When the line with "17.2498297116), (-7.2157000853, 36.9967355036))" appears below, start repeating lines exactly, and keep going through the line with "19.8361235978), (-9.5550524793, 19.3236987275))"; add nothing outside that span.
(Information given Opens)
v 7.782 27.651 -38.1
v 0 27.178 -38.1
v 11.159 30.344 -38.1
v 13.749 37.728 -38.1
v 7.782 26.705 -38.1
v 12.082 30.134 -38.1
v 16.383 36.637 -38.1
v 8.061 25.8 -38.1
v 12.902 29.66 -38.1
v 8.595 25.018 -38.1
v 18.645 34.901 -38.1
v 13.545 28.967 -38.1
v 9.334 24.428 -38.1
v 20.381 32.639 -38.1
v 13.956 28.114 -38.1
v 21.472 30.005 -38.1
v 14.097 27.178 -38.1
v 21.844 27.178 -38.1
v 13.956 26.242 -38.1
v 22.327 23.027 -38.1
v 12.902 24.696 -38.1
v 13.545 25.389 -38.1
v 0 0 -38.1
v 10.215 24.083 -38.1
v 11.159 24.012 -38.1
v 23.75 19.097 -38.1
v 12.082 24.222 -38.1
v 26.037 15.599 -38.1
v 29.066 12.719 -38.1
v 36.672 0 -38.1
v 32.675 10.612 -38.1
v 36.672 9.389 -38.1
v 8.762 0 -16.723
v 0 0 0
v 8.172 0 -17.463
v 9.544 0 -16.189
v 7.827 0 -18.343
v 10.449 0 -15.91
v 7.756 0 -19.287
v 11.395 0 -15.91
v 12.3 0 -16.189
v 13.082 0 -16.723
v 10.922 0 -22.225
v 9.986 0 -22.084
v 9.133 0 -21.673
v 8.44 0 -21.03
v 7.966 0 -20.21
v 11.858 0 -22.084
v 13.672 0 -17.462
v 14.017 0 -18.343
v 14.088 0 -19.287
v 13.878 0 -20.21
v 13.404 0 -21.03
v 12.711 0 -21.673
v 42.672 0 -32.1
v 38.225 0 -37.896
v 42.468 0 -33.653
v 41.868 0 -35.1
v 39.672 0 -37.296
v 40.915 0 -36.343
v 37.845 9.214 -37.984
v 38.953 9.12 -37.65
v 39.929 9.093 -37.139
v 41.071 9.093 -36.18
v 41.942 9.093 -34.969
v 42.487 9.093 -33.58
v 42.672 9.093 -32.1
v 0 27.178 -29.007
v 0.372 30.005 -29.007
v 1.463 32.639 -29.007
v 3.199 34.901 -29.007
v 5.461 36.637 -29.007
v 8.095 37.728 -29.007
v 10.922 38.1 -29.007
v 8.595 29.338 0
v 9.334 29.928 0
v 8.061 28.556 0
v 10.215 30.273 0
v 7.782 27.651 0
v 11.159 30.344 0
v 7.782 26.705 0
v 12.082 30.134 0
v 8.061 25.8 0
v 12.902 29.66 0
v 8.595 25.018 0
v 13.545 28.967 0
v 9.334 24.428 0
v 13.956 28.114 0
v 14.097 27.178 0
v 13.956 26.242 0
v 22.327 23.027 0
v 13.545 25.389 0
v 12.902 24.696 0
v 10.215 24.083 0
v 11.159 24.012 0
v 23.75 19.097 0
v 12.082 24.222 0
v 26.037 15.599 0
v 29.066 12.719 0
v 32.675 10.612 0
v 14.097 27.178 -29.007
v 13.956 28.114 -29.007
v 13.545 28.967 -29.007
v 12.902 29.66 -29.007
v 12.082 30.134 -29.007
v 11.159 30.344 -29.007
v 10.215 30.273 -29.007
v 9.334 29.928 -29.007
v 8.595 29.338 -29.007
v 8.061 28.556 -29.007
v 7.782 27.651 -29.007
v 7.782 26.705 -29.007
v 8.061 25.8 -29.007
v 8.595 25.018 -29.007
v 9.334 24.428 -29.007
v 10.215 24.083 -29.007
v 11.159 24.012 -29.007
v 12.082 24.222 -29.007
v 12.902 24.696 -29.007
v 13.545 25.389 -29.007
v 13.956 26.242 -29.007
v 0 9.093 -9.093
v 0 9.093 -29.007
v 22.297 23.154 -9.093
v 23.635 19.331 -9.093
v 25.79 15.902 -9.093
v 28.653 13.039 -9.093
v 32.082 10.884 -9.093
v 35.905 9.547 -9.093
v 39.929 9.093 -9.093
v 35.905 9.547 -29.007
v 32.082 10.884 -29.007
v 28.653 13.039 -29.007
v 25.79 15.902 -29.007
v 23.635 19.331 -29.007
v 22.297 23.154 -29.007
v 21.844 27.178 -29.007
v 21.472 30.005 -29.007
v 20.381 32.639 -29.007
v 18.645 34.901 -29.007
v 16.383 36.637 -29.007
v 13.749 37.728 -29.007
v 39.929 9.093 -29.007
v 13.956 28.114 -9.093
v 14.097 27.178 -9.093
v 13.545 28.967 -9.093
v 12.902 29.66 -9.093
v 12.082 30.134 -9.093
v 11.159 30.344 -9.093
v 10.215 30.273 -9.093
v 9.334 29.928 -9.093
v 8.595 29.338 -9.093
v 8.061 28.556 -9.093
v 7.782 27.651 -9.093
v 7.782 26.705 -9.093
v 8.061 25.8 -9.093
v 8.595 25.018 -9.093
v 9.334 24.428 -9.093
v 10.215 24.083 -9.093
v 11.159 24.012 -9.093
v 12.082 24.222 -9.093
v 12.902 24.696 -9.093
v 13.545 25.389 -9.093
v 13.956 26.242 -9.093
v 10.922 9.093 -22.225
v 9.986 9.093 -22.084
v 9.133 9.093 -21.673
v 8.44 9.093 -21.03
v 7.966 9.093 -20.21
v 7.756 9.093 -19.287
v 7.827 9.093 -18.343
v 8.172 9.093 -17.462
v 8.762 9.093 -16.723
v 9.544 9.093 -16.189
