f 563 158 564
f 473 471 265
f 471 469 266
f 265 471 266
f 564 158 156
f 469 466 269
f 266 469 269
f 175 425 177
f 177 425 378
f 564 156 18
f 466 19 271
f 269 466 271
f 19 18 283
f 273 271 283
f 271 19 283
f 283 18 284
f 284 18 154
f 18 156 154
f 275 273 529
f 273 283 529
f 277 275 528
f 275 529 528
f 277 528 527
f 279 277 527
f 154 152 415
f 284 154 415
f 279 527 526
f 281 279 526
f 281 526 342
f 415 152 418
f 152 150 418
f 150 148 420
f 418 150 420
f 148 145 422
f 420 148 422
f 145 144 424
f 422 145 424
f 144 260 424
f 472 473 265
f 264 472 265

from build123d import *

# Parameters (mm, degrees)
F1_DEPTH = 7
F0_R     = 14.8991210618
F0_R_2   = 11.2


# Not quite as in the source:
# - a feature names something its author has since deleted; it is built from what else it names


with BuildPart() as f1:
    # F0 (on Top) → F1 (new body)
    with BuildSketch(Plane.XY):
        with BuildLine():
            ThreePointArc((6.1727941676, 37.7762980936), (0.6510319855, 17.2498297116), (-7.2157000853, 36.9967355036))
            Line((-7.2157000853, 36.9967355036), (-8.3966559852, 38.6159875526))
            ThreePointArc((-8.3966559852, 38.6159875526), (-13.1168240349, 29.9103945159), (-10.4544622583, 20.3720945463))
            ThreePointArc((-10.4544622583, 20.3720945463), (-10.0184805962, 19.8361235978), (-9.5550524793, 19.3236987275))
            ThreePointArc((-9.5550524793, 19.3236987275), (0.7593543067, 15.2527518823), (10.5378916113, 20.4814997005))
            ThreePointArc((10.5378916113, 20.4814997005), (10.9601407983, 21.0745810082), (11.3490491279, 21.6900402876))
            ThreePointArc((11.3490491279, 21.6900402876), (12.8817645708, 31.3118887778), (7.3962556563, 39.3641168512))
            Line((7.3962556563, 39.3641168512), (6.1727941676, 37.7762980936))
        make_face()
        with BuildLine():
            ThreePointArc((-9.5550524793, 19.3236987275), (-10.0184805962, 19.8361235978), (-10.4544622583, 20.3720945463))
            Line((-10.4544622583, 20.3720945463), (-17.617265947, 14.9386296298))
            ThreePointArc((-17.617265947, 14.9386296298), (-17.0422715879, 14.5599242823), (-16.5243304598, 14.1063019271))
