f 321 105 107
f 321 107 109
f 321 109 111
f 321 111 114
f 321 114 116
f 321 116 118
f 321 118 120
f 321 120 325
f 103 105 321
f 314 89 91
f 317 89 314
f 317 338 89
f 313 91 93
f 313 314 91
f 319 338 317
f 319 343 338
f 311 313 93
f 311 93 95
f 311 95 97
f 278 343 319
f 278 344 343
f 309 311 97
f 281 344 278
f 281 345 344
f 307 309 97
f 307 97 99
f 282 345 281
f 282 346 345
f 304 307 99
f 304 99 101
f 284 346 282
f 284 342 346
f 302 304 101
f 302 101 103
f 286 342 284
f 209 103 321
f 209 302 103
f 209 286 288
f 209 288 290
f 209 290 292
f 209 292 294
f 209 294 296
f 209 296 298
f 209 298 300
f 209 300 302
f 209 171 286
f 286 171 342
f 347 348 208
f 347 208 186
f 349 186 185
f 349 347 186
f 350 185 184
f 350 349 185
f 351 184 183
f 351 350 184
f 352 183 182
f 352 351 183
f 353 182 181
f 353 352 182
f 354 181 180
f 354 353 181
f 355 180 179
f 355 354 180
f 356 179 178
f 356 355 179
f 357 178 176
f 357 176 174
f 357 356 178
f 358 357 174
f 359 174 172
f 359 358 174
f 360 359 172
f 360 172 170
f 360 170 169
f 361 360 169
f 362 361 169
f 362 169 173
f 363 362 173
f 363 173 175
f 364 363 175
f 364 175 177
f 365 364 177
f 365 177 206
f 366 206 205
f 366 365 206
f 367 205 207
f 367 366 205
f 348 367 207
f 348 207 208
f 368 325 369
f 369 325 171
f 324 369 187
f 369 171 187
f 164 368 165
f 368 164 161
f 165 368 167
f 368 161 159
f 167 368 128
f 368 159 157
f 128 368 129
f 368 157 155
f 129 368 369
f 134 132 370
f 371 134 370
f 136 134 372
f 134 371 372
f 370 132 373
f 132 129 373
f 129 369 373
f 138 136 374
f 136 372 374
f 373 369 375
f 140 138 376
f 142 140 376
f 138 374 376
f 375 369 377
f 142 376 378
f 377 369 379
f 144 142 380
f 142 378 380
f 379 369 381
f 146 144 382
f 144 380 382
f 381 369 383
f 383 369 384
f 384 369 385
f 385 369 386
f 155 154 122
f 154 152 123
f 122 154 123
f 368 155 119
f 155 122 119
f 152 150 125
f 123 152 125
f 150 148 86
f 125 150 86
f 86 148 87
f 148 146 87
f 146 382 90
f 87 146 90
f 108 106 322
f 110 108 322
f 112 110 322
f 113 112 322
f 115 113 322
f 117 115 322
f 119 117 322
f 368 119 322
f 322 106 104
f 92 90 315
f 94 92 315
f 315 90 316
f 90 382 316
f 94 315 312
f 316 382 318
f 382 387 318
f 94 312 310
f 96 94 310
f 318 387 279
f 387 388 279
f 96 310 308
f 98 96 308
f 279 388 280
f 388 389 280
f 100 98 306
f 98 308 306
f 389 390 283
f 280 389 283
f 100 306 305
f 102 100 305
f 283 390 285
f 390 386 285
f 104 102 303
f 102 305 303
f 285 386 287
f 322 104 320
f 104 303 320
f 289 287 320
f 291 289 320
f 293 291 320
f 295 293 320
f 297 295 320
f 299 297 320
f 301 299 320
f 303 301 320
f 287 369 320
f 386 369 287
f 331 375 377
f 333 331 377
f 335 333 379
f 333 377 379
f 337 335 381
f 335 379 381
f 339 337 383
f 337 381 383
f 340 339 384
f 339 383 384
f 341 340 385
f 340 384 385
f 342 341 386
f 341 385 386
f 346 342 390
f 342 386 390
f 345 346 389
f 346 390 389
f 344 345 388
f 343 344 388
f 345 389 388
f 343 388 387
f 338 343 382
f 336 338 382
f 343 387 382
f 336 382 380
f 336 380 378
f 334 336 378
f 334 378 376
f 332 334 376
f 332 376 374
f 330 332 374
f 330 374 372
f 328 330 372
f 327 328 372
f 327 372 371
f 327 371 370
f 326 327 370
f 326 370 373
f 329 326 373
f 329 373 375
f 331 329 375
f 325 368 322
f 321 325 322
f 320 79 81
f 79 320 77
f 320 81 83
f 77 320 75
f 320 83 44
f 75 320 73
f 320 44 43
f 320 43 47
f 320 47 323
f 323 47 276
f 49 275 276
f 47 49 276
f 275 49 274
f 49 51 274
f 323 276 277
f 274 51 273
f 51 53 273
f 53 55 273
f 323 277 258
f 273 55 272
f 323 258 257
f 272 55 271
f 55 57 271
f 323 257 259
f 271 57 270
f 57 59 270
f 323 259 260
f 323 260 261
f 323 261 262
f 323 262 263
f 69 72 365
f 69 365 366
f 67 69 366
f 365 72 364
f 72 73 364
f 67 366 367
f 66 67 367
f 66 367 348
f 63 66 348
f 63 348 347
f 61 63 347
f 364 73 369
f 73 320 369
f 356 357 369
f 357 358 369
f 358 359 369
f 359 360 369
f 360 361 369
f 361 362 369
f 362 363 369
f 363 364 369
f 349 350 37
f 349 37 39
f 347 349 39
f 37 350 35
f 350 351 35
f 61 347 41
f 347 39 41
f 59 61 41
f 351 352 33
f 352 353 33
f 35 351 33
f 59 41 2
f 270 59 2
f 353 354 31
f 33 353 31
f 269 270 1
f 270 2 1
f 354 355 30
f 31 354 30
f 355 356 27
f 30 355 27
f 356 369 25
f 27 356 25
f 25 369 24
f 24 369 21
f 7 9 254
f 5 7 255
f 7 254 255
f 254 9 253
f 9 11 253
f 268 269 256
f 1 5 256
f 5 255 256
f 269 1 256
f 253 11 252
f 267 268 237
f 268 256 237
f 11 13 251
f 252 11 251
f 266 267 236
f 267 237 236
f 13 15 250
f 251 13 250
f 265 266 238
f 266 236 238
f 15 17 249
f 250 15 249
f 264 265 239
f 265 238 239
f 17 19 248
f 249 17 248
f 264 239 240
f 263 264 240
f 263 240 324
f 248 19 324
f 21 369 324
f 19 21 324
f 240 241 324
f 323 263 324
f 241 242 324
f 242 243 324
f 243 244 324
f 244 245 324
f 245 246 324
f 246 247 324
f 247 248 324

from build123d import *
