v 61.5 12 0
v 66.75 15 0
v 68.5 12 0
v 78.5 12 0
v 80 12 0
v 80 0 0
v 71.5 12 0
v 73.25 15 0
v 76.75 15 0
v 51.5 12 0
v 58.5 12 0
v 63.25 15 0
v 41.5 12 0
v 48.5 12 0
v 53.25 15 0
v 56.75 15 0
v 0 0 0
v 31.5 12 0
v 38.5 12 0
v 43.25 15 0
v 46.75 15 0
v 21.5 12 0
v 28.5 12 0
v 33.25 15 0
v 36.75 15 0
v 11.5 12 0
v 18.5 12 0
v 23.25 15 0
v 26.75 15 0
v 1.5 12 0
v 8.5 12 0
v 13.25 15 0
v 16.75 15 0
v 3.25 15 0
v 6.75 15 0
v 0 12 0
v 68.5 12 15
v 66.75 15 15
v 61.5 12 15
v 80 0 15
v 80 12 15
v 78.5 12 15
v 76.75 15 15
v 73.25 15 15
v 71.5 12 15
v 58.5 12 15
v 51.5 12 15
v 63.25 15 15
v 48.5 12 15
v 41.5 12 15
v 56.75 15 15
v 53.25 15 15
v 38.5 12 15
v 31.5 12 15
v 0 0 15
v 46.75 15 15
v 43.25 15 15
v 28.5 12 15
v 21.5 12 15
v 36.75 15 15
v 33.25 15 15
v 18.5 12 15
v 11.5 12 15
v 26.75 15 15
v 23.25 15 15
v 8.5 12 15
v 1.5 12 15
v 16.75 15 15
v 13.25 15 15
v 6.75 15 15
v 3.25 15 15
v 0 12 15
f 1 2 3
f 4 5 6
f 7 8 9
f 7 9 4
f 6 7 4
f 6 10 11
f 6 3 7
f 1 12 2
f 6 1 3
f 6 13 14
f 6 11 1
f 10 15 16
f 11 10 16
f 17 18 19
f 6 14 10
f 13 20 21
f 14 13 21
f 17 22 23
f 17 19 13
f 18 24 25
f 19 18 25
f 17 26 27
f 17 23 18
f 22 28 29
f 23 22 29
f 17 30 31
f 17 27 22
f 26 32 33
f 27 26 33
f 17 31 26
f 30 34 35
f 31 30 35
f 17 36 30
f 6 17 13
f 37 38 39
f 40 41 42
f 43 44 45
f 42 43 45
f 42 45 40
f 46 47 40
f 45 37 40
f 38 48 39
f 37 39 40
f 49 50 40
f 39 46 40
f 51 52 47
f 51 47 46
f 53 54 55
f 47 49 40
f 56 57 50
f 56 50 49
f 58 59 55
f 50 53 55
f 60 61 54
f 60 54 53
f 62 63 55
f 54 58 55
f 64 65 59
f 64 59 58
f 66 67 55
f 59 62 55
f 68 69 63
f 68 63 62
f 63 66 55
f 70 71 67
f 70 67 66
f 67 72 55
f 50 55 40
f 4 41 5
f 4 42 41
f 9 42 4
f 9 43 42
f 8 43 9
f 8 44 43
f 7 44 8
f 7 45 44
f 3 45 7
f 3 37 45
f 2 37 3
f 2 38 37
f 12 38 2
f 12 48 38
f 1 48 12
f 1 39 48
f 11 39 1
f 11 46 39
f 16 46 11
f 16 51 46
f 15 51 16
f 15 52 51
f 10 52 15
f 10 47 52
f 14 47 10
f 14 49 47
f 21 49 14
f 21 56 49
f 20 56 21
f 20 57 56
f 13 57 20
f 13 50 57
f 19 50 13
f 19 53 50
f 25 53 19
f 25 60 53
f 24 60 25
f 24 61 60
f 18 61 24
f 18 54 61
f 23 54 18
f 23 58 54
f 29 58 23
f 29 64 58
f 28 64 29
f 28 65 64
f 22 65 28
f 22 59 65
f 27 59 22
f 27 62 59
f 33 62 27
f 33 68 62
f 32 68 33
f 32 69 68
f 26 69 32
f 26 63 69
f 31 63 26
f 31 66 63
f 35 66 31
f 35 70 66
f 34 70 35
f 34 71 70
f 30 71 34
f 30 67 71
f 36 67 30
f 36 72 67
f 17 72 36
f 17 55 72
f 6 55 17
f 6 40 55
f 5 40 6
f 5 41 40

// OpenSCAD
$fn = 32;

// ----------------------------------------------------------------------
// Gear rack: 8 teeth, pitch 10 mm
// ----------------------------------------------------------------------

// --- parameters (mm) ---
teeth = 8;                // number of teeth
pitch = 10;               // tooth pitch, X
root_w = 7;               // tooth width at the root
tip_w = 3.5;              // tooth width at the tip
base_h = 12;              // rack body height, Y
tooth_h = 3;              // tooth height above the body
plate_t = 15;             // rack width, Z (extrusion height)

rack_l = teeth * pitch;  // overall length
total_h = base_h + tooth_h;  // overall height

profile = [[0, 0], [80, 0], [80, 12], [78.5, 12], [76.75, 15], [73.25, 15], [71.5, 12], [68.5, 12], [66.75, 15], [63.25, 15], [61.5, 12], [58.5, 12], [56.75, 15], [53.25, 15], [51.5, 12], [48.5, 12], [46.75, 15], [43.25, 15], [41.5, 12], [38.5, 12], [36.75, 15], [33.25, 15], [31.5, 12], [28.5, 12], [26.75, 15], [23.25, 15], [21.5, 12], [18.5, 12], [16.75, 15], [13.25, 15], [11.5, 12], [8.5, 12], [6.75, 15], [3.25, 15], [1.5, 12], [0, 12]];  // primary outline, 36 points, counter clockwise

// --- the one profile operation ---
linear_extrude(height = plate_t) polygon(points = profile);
(Information given Closes)
(Information given Opens)
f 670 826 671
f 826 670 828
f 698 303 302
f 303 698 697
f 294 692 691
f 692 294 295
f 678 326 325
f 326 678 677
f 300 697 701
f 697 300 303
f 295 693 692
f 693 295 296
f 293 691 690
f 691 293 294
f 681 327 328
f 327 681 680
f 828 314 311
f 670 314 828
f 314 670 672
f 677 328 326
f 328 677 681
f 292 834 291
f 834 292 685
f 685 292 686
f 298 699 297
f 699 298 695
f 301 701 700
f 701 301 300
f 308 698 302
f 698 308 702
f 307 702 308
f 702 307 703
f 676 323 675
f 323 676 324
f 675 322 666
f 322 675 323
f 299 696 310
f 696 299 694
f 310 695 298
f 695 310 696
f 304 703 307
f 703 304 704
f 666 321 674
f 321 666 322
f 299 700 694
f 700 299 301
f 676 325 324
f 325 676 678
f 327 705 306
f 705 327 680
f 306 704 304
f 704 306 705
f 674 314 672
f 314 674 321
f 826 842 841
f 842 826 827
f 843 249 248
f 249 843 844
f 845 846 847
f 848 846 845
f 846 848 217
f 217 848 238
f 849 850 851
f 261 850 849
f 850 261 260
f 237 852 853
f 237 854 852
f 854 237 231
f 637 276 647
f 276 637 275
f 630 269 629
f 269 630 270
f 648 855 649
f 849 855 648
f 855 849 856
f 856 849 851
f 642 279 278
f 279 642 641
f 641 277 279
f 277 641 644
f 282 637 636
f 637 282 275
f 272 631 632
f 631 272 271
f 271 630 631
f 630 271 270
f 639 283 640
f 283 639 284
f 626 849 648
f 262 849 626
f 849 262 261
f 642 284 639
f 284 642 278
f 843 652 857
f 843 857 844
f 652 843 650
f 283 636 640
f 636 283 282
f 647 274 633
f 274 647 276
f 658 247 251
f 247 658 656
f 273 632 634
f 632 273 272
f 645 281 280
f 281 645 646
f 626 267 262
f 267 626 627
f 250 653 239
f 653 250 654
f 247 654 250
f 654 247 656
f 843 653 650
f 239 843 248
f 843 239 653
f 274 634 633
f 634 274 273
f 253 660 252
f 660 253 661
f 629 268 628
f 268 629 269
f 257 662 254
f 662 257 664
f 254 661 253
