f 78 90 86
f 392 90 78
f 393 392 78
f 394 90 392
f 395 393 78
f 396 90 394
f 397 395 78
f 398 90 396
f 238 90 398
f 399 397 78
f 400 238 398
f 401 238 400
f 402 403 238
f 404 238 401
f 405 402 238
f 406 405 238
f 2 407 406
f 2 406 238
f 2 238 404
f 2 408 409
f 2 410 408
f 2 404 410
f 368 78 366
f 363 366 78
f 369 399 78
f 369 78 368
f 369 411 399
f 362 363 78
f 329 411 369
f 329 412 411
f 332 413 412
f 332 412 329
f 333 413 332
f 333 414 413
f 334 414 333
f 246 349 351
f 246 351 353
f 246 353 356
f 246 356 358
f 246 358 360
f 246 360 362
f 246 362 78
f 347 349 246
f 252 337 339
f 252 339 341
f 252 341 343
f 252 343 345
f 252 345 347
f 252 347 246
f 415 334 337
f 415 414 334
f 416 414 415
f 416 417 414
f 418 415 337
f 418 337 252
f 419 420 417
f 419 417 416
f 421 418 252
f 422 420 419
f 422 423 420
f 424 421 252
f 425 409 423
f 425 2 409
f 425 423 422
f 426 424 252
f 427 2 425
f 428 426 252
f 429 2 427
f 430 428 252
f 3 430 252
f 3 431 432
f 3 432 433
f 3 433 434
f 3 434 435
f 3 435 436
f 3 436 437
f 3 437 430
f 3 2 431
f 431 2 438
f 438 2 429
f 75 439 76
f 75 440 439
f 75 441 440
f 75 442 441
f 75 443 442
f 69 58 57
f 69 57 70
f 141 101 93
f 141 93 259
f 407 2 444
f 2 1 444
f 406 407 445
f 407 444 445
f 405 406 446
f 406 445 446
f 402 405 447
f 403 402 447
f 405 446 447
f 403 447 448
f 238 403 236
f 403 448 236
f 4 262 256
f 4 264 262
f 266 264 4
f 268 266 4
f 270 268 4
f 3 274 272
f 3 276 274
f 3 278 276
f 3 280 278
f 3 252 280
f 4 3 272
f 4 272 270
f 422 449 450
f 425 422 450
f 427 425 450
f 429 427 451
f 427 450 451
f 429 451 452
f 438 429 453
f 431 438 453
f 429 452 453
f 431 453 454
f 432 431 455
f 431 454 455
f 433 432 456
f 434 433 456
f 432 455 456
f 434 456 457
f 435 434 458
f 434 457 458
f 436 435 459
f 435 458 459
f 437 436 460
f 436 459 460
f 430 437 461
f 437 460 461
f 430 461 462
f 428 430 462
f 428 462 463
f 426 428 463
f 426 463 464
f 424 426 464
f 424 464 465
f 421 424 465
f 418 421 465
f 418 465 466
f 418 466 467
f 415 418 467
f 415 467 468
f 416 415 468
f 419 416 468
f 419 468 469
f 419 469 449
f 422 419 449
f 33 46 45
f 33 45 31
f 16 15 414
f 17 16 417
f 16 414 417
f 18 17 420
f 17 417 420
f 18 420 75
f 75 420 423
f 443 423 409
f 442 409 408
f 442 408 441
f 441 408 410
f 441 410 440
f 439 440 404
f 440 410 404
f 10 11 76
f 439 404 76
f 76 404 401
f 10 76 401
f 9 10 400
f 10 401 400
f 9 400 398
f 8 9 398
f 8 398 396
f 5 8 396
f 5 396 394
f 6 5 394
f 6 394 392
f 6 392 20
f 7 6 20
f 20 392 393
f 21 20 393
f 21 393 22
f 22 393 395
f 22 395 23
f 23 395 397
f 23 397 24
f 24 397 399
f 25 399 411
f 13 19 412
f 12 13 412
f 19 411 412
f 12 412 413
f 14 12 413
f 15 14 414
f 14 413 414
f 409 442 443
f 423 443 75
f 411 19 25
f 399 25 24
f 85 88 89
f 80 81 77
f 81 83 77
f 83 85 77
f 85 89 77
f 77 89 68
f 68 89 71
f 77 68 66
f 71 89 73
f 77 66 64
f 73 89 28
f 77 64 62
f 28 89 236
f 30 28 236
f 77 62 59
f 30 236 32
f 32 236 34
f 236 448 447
(Information given Closes)
**Reply:**
            ThreePointArc((6.1727941676, 37.7762980936), (0.6510319855, 17.2498297116), (-7.2157000853, 36.9967355036))
            Line((-7.2157000853, 36.9967355036), (-8.3966559852, 38.6159875526))
            ThreePointArc((-8.3966559852, 38.6159875526), (-13.1168240349, 29.9103945159), (-10.4544622583, 20.3720945463))
            ThreePointArc((-10.4544622583, 20.3720945463), (-10.0184805962, 19.8361235978), (-9.5550524793, 19.3236987275))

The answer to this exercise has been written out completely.